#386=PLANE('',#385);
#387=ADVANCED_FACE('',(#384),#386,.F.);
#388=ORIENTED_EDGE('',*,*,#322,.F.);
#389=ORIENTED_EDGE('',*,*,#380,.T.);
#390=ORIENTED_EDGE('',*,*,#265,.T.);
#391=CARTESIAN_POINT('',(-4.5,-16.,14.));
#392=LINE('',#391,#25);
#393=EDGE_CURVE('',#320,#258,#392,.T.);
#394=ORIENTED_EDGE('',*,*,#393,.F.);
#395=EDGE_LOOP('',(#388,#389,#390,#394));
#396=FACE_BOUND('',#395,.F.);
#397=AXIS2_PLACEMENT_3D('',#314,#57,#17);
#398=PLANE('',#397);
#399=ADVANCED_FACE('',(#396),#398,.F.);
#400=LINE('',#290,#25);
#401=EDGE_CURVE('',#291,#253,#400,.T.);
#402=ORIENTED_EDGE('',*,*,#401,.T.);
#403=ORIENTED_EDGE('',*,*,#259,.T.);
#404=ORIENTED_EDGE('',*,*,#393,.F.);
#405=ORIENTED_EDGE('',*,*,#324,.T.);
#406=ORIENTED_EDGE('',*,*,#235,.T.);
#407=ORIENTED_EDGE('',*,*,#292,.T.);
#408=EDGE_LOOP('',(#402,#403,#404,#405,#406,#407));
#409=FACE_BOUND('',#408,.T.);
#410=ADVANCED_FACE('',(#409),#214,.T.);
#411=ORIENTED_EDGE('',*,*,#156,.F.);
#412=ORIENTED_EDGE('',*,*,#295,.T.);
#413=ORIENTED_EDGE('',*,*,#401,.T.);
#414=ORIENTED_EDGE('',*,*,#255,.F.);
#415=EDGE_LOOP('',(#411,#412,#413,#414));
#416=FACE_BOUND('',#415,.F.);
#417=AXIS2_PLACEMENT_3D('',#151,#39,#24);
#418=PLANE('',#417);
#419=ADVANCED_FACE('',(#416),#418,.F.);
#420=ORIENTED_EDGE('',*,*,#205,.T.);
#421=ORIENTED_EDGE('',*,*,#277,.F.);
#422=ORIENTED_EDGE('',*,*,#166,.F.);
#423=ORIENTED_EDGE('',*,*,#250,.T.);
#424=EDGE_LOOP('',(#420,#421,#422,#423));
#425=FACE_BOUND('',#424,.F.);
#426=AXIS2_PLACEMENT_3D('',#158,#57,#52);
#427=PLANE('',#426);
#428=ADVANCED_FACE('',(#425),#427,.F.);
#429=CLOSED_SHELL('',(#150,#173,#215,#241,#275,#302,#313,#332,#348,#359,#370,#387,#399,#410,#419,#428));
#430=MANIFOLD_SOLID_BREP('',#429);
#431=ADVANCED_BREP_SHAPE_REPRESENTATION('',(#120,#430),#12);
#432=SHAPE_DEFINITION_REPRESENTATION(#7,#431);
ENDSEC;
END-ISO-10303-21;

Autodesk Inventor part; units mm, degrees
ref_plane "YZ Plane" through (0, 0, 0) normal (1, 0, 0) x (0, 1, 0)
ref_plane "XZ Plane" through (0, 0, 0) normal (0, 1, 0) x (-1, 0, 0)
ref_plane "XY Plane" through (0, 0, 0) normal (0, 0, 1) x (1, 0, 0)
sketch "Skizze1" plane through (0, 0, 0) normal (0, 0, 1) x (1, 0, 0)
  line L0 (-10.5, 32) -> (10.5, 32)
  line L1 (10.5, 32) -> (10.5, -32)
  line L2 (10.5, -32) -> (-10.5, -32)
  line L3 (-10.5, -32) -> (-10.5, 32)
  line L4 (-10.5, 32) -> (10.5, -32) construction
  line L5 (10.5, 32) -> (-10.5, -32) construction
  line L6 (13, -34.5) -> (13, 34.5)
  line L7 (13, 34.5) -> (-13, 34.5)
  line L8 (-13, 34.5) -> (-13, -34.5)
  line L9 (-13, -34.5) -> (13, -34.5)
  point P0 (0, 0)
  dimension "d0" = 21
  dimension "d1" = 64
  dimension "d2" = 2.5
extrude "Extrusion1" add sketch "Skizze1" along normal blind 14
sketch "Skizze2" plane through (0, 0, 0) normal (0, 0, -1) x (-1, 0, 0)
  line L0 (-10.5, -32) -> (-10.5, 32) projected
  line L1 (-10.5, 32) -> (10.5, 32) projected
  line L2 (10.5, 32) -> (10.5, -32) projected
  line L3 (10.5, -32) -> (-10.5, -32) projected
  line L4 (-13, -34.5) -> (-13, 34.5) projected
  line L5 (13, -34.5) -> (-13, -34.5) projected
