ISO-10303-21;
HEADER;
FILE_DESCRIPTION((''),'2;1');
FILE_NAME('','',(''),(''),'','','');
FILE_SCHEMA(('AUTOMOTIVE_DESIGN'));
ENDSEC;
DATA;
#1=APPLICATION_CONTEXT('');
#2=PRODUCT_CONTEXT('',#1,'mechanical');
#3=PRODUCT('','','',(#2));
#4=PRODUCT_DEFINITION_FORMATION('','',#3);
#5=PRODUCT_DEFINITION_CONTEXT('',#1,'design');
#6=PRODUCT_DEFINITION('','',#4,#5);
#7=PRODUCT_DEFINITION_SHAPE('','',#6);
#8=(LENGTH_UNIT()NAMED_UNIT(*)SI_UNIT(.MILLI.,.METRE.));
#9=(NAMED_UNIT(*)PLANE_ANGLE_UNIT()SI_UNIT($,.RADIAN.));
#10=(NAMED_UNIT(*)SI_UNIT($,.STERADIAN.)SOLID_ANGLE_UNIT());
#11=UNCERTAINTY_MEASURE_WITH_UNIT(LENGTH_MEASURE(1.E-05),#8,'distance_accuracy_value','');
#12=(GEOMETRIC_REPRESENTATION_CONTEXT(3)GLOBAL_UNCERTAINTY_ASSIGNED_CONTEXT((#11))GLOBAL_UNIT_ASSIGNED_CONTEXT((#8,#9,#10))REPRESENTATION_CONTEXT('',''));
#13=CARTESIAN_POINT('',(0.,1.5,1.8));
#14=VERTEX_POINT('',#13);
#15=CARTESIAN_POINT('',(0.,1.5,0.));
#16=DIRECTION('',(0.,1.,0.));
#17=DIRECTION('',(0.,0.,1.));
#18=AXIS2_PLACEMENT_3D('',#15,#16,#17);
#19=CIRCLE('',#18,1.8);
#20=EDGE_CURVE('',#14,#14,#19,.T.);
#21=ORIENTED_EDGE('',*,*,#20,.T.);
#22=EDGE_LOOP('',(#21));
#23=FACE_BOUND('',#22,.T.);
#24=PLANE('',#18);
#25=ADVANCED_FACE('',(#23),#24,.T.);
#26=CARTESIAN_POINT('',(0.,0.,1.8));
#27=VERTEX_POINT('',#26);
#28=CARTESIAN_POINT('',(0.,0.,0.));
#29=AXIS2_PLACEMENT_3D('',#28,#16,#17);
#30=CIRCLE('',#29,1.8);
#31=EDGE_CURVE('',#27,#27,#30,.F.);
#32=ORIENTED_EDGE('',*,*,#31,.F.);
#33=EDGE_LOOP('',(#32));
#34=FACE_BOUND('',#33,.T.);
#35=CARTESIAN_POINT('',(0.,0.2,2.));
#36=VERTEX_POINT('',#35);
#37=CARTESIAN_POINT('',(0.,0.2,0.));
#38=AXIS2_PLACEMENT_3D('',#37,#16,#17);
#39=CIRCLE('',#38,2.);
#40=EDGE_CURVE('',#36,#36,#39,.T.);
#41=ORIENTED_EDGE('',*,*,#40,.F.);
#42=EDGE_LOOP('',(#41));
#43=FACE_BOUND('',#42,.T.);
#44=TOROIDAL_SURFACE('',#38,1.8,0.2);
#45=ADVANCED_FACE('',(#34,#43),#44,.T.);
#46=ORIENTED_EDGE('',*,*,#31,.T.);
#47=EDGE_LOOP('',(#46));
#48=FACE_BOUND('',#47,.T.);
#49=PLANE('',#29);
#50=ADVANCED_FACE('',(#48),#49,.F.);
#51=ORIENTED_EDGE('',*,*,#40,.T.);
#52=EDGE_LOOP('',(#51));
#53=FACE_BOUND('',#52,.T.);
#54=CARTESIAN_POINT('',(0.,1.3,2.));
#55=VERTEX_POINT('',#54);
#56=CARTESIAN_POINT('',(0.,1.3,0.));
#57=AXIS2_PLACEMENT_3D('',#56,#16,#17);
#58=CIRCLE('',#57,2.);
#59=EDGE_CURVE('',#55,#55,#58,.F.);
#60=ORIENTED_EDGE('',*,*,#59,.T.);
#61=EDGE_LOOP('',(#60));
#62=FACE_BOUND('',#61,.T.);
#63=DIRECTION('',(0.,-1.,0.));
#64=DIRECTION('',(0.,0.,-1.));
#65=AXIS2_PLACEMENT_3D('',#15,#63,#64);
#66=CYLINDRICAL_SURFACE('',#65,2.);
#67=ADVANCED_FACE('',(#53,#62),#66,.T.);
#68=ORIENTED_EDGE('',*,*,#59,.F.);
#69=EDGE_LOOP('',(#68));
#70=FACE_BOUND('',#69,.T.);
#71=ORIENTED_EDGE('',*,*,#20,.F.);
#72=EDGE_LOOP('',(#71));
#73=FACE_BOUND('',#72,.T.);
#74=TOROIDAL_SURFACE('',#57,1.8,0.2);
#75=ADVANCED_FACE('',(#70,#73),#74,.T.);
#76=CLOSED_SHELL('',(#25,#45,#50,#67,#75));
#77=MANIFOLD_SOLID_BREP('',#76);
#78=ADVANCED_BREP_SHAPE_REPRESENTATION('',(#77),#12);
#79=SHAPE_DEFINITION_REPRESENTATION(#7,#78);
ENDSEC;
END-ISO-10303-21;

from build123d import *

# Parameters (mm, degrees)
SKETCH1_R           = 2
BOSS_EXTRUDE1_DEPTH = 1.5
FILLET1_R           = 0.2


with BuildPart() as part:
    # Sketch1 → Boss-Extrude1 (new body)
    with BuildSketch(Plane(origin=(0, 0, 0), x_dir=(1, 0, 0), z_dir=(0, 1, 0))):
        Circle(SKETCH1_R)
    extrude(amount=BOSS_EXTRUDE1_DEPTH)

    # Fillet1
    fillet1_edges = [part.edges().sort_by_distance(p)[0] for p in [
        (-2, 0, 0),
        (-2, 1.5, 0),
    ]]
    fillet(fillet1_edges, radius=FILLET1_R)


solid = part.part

* **HOW TO COMPLETE THIS TASK**: Using the entries above, return exactly the lines from the line with "#393=EDGE_CURVE('',#320,#258,#392,.T.);" to the line with "#409=FACE_BOUND('',#408,.T.);", counting both of those lines.

* **WRITTEN ANSWER**:
#393=EDGE_CURVE('',#320,#258,#392,.T.);
#394=ORIENTED_EDGE('',*,*,#393,.F.);
#395=EDGE_LOOP('',(#388,#389,#390,#394));
#396=FACE_BOUND('',#395,.F.);
#397=AXIS2_PLACEMENT_3D('',#314,#57,#17);
#398=PLANE('',#397);
#399=ADVANCED_FACE('',(#396),#398,.F.);
#400=LINE('',#290,#25);
#401=EDGE_CURVE('',#291,#253,#400,.T.);
#402=ORIENTED_EDGE('',*,*,#401,.T.);
#403=ORIENTED_EDGE('',*,*,#259,.T.);
#404=ORIENTED_EDGE('',*,*,#393,.F.);
#405=ORIENTED_EDGE('',*,*,#324,.T.);
#406=ORIENTED_EDGE('',*,*,#235,.T.);
#407=ORIENTED_EDGE('',*,*,#292,.T.);
#408=EDGE_LOOP('',(#402,#403,#404,#405,#406,#407));
#409=FACE_BOUND('',#408,.T.);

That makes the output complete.